If you’re in that stage of your own journey, I’ll leave a link below.
But as a way to ask the deeper questions before you go: what you’re actually trying to change, and whether a place can give you the room to do it. So that if you do make the leap, you land somewhere that lets the rest of the story unfold. And the real you to come out.
The move is not the finish line. It’s the start of something. And the better your landing place fits you, the more that something gets to be.
I want to end with something I think about often.
I made all the mistakes I just told you about, and more. I prepared badly in ways I didn’t even know to prepare for. I should have struggled here a lot more than I actually did.

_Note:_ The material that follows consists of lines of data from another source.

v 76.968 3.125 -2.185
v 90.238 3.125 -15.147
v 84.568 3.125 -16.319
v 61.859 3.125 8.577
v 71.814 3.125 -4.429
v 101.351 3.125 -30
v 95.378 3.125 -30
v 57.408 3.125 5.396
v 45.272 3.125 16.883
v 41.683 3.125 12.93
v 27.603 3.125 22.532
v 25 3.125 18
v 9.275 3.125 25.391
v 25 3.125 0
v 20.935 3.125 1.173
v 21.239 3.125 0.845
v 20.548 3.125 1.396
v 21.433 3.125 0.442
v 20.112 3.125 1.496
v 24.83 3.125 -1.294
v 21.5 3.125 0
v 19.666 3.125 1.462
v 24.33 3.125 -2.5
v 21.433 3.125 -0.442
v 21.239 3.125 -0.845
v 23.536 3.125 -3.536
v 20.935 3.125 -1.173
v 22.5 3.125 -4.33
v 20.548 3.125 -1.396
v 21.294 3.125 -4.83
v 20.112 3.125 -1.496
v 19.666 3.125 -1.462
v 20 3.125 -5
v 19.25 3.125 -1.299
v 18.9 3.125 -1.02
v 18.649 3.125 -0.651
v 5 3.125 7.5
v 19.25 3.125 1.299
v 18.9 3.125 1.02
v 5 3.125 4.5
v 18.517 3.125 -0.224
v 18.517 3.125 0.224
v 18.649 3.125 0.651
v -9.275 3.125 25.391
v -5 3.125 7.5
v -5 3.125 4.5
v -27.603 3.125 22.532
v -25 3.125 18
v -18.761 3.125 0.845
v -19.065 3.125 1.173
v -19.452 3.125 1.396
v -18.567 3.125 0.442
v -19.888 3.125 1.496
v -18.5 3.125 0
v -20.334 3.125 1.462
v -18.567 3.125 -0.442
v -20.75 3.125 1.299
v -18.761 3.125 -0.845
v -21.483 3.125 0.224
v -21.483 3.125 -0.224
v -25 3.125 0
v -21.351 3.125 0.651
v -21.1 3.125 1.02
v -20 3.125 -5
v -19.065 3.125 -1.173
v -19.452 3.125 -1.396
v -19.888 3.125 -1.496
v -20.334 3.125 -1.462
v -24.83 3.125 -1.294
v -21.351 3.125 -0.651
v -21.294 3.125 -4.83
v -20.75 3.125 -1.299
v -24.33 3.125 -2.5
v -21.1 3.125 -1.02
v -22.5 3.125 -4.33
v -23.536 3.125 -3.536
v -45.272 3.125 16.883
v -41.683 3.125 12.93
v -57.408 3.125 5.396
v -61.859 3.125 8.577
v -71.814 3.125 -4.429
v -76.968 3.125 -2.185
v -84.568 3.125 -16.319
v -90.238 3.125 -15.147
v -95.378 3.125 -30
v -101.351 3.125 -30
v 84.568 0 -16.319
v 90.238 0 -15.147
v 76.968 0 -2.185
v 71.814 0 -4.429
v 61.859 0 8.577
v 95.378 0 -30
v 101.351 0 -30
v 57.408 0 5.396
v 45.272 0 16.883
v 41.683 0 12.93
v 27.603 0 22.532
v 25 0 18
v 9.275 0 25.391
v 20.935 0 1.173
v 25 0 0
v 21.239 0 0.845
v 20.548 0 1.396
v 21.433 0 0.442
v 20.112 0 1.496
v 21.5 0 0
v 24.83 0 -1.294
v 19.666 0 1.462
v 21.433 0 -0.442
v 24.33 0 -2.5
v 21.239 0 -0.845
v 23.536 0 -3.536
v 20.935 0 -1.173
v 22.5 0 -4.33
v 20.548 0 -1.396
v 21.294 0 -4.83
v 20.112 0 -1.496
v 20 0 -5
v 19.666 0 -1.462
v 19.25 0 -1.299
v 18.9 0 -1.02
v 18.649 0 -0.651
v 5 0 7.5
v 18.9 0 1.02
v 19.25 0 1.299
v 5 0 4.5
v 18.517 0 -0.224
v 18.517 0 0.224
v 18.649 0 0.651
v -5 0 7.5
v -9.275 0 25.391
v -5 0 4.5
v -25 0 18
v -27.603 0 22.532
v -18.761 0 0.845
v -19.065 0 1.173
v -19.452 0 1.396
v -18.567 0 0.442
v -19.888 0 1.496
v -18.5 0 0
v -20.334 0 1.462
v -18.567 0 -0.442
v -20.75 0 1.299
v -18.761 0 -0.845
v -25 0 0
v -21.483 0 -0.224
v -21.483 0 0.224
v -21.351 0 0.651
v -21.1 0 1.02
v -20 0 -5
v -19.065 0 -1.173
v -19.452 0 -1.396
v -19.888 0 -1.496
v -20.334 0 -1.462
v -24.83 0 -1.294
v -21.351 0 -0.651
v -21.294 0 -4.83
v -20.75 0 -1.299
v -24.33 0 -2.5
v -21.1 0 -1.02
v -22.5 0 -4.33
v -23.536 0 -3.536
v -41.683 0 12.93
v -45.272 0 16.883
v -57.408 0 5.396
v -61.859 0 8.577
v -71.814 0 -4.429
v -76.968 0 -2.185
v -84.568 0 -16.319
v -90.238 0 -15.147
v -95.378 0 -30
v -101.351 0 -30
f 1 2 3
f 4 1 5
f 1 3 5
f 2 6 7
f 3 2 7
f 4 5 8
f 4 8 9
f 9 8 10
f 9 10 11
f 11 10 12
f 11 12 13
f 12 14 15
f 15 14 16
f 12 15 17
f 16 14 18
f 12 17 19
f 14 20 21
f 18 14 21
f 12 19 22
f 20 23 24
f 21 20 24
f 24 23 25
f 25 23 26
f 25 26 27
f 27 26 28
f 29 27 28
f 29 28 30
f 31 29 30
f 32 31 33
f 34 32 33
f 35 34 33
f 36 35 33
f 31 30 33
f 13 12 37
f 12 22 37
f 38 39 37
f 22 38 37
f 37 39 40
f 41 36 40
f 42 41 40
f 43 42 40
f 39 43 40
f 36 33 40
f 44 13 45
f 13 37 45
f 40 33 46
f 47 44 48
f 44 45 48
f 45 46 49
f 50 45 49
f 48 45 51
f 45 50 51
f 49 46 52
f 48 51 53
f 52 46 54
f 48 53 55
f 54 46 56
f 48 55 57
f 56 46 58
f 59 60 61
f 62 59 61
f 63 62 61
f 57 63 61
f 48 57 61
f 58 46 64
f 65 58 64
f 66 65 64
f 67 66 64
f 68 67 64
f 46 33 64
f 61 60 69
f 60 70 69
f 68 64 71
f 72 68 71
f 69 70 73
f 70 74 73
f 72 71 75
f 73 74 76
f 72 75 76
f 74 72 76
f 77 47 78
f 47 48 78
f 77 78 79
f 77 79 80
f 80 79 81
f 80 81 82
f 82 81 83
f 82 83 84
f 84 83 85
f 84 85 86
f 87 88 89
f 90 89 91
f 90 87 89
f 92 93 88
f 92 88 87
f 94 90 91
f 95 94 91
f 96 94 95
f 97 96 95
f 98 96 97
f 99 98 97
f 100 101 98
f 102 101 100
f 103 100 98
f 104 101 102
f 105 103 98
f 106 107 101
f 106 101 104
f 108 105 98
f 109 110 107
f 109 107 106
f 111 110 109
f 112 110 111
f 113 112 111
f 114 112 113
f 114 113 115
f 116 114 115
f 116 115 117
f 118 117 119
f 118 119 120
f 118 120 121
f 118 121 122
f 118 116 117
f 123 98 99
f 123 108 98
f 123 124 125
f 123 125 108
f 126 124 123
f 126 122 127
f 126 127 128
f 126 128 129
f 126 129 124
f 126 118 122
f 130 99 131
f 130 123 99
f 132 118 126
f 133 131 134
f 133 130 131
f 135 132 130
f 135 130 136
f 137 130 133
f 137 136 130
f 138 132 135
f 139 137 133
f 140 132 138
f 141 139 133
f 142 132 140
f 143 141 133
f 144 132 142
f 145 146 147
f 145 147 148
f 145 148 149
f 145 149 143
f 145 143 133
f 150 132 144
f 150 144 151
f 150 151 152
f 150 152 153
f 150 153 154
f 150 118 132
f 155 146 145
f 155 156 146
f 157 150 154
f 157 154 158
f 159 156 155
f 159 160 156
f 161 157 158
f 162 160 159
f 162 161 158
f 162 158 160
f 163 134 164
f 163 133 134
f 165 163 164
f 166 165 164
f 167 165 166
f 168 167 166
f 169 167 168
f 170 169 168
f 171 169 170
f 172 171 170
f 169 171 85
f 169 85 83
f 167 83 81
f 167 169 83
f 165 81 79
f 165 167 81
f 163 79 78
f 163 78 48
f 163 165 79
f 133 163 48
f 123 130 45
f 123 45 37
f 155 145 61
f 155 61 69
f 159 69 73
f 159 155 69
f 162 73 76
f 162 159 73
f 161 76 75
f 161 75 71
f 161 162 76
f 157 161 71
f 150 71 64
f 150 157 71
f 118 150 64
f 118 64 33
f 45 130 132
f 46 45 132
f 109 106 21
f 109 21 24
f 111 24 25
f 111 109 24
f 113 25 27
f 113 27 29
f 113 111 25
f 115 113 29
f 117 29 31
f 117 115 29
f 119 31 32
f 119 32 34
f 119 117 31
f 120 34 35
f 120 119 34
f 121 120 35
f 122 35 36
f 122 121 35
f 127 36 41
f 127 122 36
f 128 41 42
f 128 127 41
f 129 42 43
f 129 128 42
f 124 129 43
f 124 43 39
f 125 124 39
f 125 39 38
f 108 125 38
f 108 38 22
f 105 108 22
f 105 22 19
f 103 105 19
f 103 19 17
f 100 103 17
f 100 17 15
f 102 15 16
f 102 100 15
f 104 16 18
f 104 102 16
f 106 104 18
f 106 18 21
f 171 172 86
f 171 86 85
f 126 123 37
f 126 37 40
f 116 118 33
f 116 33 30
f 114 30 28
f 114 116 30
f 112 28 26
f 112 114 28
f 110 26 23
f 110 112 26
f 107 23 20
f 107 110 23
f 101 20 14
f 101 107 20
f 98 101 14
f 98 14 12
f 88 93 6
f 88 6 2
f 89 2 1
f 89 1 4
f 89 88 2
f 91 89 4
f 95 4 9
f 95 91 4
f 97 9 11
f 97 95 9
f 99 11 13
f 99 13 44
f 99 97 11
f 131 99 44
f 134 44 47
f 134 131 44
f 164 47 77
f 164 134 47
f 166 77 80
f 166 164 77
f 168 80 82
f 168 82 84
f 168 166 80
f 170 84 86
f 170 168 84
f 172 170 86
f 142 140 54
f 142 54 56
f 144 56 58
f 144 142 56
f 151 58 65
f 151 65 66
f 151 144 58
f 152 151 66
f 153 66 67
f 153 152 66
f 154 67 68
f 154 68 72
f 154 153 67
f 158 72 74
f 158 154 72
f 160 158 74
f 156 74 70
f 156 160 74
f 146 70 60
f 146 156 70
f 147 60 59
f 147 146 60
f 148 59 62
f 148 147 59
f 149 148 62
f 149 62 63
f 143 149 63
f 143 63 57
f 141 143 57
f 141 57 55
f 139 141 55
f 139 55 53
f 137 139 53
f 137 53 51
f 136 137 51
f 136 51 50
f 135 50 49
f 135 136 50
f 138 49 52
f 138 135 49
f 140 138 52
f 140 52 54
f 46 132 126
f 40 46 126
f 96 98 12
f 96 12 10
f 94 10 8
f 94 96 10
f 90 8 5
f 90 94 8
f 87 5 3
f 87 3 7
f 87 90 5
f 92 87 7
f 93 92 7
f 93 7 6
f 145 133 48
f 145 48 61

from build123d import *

# Parameters (mm, degrees)
SKETCH_1_R      = 1.5
SKETCH_1_W      = 10
SKETCH_1_H      = 3
EXTRUDE_2_DEPTH = 3.125


with BuildPart() as part:
    # 草图1 → 凸台-拉伸2 (new body)
    with BuildSketch(Plane(origin=(0, 0, 0), x_dir=(1, 0, 0), z_dir=(0, 1, 0))):
        with BuildLine():
            Line((-101.350743825, 30), (-95.378054467, 30))
            ThreePointArc((-95.378054467, 30), (-64.797523096, -0.757020266), (-25, -18))
            Line((-25, -18), (-25, 0))
            ThreePointArc((-25, 0), (-23.535533906, 3.535533906), (-20, 5))
            Line((-20, 5), (20, 5))
            ThreePointArc((20, 5), (23.535533906, 3.535533906), (25, 0))
            Line((25, 0), (25, -18))
            ThreePointArc((25, -18), (64.797523096, -0.757020266), (95.378054467, 30))
            Line((95.378054467, 30), (101.350743825, 30))
            ThreePointArc((101.350743825, 30), (0, -25.750278397), (-101.350743825, 30))
        make_face()
        with Locations((-20, 0)):
            Circle(SKETCH_1_R, mode=Mode.SUBTRACT)
        with Locations((20, 0)):
            Circle(SKETCH_1_R, mode=Mode.SUBTRACT)
        with Locations((0, -6)):
            Rectangle(SKETCH_1_W, SKETCH_1_H, mode=Mode.SUBTRACT)
    extrude(amount=EXTRUDE_2_DEPTH)


solid = part.part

But early on, in a little tienda in Melaque, there was an old woman behind the counter shelling peas. She wasn’t your typical abuelita. She had braided hair, silver at the roots and black at the ends, and a face you didn’t argue with. She looked fierce.
She looked up when I told her I’d come alone with my dogs. She called me hija. She gave me a tamarindo candy and told me to be careful with the men. Siempre pregunta. Siempre mira. Pero no pares. Always ask. Always look. But don’t stop.
I think about her often. I didn’t think about it at the time, but she was the first person who really made me feel cared for here. Just a small kindness, freely given by a stranger.
I got lucky. Mexico was generous with me in so many ways.
That, it turns out, is what I’d been looking for. I just hadn’t known what to call it.
Looking back, I don’t regret any of these mistakes. They were the price of becoming someone who actually lives here instead of someone who was just visiting.
That’s the thing about starting over. You don’t just move to a new country.
Eventually, if you stay long enough, the country moves into you.